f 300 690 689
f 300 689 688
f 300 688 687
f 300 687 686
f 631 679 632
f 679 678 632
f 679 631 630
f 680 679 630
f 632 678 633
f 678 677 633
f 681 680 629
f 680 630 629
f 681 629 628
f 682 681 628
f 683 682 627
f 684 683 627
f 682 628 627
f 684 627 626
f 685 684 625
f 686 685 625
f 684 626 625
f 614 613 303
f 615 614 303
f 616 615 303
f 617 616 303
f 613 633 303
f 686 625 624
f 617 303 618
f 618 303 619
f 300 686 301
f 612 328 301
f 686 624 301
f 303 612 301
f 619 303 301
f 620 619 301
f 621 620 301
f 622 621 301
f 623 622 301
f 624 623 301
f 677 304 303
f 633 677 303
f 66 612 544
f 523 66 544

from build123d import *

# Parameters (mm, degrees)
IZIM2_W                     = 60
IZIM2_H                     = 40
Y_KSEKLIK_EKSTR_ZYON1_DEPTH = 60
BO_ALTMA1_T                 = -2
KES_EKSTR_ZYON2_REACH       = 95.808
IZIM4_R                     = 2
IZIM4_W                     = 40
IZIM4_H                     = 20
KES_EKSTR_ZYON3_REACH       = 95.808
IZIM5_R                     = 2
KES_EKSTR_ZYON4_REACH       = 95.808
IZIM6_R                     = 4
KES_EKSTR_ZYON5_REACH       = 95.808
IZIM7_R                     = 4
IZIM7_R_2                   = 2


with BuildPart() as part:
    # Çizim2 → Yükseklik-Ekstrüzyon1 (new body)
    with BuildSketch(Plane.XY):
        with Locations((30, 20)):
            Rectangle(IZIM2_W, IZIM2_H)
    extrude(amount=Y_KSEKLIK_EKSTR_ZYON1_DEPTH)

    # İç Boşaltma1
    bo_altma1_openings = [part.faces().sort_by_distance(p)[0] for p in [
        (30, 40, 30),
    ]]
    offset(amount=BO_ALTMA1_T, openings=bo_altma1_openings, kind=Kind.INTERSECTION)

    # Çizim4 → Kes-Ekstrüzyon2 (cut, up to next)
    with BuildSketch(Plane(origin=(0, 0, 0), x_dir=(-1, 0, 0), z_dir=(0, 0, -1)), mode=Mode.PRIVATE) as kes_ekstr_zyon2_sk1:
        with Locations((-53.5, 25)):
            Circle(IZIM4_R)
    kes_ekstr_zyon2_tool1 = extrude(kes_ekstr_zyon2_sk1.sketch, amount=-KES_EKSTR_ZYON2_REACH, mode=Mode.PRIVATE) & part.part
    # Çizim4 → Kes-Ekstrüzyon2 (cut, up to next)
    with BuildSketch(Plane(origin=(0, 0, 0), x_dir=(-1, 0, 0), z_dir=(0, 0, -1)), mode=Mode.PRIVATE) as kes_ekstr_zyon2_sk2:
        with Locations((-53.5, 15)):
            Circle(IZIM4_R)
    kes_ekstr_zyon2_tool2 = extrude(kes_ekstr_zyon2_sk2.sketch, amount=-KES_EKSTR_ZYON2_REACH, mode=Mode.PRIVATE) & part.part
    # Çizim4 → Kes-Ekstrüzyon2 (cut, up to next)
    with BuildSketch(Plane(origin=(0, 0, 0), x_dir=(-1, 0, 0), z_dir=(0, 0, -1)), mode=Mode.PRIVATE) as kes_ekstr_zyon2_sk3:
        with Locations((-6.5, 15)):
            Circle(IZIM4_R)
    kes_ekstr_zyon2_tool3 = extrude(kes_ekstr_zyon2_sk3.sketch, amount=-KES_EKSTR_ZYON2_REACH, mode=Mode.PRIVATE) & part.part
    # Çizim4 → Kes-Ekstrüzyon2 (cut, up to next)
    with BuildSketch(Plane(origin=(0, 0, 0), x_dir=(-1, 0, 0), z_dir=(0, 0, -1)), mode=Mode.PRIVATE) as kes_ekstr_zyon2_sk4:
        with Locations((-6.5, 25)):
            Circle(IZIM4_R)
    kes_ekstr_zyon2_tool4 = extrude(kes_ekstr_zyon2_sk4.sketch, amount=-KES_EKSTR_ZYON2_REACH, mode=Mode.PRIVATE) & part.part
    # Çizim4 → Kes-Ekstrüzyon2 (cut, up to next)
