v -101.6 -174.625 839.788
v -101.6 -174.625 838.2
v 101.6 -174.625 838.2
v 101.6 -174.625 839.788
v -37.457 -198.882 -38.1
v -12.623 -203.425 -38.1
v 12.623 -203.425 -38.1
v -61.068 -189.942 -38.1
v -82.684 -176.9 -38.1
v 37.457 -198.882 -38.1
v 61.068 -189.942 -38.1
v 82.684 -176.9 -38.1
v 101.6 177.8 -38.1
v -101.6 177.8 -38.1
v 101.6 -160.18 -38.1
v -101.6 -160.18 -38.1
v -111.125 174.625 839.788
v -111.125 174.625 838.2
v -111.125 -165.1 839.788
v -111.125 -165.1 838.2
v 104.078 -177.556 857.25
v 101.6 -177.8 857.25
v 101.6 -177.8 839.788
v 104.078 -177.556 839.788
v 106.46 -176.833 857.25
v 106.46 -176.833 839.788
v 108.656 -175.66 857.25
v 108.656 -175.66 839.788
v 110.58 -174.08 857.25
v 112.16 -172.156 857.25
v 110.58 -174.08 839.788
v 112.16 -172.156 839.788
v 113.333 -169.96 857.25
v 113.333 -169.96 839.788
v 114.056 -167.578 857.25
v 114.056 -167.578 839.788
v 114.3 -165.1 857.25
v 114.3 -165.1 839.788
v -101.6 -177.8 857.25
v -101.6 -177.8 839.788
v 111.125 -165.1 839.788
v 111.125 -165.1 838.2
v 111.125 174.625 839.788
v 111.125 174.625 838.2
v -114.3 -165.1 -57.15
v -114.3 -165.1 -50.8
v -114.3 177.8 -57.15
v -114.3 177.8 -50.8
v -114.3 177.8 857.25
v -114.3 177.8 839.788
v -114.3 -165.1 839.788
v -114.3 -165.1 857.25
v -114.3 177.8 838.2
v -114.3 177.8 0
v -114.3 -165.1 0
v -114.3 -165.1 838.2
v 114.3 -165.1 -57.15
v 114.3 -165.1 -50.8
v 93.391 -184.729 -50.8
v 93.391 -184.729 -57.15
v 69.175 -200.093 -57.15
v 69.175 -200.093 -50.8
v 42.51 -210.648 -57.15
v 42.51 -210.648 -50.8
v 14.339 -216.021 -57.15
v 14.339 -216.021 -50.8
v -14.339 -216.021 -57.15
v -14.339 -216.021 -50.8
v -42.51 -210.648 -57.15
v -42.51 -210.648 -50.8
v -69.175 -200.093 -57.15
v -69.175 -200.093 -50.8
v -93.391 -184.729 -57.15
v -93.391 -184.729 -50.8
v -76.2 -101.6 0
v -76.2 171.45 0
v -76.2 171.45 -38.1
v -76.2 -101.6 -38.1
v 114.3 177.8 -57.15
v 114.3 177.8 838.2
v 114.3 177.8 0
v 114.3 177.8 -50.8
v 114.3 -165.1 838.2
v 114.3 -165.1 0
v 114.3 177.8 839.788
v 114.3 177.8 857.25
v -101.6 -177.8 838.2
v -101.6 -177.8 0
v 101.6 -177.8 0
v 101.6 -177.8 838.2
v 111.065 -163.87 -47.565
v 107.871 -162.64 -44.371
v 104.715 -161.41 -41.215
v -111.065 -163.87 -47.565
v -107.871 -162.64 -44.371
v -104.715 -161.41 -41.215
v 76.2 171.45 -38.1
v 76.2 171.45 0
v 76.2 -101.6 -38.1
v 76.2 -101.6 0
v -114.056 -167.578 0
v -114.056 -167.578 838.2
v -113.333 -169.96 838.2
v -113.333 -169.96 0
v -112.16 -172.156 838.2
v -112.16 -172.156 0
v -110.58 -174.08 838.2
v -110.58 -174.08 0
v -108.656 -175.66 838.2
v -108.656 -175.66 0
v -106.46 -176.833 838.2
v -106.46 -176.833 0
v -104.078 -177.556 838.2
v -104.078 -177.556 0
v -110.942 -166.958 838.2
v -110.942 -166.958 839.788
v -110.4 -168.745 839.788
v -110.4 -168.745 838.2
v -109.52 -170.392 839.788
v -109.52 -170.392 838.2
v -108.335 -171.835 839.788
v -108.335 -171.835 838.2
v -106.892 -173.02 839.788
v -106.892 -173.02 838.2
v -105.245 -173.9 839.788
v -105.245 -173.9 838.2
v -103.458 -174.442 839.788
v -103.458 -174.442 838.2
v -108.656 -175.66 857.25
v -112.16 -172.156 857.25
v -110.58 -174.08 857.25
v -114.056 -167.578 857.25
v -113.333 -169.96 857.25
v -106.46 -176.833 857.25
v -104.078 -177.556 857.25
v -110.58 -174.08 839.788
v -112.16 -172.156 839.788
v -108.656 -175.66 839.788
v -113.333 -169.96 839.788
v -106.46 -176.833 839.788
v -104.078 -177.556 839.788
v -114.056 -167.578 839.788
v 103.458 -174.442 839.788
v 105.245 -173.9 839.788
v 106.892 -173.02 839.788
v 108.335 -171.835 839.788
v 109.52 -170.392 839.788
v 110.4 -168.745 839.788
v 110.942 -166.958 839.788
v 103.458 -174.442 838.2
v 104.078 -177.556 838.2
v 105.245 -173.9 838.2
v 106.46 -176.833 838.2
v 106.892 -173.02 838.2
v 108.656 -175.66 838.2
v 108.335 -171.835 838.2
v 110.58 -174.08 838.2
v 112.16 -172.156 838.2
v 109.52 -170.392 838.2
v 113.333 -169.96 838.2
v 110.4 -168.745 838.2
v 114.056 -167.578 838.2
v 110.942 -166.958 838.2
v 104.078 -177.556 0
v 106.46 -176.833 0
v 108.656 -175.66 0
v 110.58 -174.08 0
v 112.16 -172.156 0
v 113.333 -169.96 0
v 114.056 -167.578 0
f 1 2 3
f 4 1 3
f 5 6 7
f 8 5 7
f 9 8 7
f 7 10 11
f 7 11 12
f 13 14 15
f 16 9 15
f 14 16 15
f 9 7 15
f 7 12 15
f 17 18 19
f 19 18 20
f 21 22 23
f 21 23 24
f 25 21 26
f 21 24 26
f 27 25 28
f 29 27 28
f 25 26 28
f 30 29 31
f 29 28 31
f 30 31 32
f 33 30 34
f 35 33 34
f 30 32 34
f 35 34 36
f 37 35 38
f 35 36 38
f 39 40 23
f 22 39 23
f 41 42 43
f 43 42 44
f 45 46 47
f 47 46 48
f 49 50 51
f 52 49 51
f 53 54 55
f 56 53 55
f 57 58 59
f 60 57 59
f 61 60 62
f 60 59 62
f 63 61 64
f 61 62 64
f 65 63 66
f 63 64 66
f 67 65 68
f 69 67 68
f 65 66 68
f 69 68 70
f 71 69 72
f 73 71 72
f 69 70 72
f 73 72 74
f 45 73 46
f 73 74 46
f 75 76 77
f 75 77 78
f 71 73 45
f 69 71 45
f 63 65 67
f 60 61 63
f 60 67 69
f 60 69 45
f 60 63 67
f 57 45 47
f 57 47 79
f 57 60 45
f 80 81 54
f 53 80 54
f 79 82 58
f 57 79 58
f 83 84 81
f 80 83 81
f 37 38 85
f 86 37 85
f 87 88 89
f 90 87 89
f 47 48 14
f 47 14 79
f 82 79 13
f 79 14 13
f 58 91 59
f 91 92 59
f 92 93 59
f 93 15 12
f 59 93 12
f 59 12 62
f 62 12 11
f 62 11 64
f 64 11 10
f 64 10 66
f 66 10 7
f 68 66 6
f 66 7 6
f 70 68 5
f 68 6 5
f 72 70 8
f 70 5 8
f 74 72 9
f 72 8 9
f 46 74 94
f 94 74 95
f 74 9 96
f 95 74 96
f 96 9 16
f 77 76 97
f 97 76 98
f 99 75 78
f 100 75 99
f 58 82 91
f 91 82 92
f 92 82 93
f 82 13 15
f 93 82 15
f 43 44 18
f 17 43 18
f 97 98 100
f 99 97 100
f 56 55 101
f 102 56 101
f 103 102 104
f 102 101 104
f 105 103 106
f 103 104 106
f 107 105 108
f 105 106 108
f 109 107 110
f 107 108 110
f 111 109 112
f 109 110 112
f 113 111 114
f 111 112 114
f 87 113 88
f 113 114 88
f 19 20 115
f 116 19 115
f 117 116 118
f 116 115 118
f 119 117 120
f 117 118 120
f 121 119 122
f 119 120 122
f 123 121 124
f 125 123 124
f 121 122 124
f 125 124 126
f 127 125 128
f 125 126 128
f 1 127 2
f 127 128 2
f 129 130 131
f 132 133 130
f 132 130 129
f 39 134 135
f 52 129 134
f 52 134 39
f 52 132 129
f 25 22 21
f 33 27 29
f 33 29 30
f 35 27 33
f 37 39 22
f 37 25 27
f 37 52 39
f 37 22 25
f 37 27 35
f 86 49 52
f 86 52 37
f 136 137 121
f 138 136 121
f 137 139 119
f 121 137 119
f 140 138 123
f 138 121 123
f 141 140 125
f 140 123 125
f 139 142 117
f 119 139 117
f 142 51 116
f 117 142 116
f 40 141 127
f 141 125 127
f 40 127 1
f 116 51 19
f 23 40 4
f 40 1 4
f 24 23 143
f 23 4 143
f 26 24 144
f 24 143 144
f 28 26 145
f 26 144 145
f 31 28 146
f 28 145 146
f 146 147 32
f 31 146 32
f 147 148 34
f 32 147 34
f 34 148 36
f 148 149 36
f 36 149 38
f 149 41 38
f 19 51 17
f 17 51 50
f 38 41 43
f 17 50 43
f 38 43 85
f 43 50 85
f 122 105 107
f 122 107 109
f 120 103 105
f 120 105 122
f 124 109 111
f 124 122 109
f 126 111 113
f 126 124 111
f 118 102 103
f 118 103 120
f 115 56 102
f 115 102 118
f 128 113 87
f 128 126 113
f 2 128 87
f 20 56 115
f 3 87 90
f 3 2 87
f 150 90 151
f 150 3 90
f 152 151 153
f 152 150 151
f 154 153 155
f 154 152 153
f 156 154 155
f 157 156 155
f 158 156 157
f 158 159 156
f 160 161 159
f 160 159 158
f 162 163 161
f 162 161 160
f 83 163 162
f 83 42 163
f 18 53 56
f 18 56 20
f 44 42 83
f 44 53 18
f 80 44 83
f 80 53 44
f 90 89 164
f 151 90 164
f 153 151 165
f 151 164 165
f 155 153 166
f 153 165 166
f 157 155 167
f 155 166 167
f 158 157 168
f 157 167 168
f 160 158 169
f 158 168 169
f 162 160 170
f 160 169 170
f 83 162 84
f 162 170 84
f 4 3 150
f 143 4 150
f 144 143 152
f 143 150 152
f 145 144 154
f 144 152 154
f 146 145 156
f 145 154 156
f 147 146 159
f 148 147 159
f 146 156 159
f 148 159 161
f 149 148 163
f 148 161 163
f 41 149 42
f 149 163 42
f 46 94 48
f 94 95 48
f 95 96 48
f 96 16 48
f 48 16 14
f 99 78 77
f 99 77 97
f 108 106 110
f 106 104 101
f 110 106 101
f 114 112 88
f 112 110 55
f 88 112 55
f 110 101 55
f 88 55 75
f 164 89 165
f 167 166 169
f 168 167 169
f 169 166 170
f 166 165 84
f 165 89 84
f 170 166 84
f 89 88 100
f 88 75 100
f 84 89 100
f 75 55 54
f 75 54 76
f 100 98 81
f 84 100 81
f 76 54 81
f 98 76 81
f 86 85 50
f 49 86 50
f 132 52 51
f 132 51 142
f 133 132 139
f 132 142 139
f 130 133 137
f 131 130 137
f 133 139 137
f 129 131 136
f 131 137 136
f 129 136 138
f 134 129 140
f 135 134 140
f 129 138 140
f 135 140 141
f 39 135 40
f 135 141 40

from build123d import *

# Parameters (mm, degrees)
F1_DEPTH = 838.2
F3_DEPTH = 1.5875
F5_DEPTH = 17.4625
F6_W     = 152.4
F6_H     = 273.05
F7_DEPTH = 38.1
F8_W     = 152.4
F8_H     = 273.05
F9_DEPTH = 19.05
F10_SIZE = 12.7


with BuildPart() as f1:
    # F0 (on Top) → F1 (new body)
    with BuildSketch(Plane.XY):
        with BuildLine():
            Line((-114.3, 177.8), (-114.3, -165.1))
            ThreePointArc((-114.3, -165.1), (-110.5802561211, -174.0802561211), (-101.6, -177.8))
            Line((-101.6, -177.8), (101.6, -177.8))
            ThreePointArc((101.6, -177.8), (110.5802561211, -174.0802561211), (114.3, -165.1))
            Line((114.3, -165.1), (114.3, 177.8))
            Line((114.3, 177.8), (-114.3, 177.8))
        make_face()
    extrude(amount=F1_DEPTH)

    # F2 (on face) → F3 (join)
    with BuildSketch(Plane.XY.offset(838.2)):
        with BuildLine():
            Line((-111.125, 174.625), (-111.125, -165.1))
            ThreePointArc((-111.125, -165.1), (-108.3351920908, -171.8351920908), (-101.6, -174.625))
            Line((-101.6, -174.625), (101.6, -174.625))
            ThreePointArc((101.6, -174.625), (108.3351920908, -171.8351920908), (111.125, -165.1))
            Line((111.125, -165.1), (111.125, 174.625))
            Line((111.125, 174.625), (-111.125, 174.625))
        make_face()
    extrude(amount=F3_DEPTH)

    # F4 (on face) → F5 (join)
    with BuildSketch(Plane.XY.offset(839.7875)):
        with BuildLine():
            Line((-101.6, -177.8), (101.6, -177.8))
            ThreePointArc((101.6, -177.8), (110.5802561211, -174.0802561211), (114.3, -165.1))
            Line((114.3, -165.1), (114.3, 177.8))
            Line((114.3, 177.8), (-114.3, 177.8))
            Line((-114.3, 177.8), (-114.3, -165.1))
            ThreePointArc((-114.3, -165.1), (-110.5802561211, -174.0802561211), (-101.6, -177.8))
        make_face()
    extrude(amount=F5_DEPTH)

    # F6 (on face) → F7 (join)
    with BuildSketch(Plane(origin=(0, 0, 0), x_dir=(1, 0, 0), z_dir=(0, 0, -1))):
        with Locations((0, -34.925)):
            Rectangle(F6_W, F6_H)
    extrude(amount=F7_DEPTH)


with BuildPart() as f9:
    # F8 (on face) → F9 (new body)
    with BuildSketch(Plane(origin=(0, 0, -38.1), x_dir=(1, 0, 0), z_dir=(0, 0, -1))):
        with BuildLine():
            Line((-114.3, 165.1), (-114.3, -177.8))
            Line((-114.3, -177.8), (114.3, -177.8))
            Line((114.3, -177.8), (114.3, 165.1))
            ThreePointArc((114.3, 165.1), (0, 216.6968750484), (-114.3, 165.1))
        make_face()
        with Locations((0, -34.925)):
            Rectangle(F8_W, F8_H, mode=Mode.SUBTRACT)
        with Locations((0, -34.925)):
            Rectangle(F8_W, F8_H)
    extrude(amount=F9_DEPTH)

    # F10
    f10_edges = [f9.edges().sort_by_distance(p)[0] for p in [
        (-114.3, 6.35, -38.1),
        (0, -216.696875, -38.1),
        (114.3, 6.35, -38.1),
    ]]
    chamfer(f10_edges, length=F10_SIZE)


solid = Compound([f1.part, f9.part])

■ ■ ■ ■ ■ ■ ■

• Work request: Reproduce exactly the section above that begins at the line containing "f 131 137 136" and ends at the line containing "f 135 141 40", leaving out all other lines.

• Response to the exercise:
f 131 137 136
f 129 136 138
f 134 129 140
f 135 134 140
f 129 138 140
f 135 140 141
f 39 135 40
f 135 141 40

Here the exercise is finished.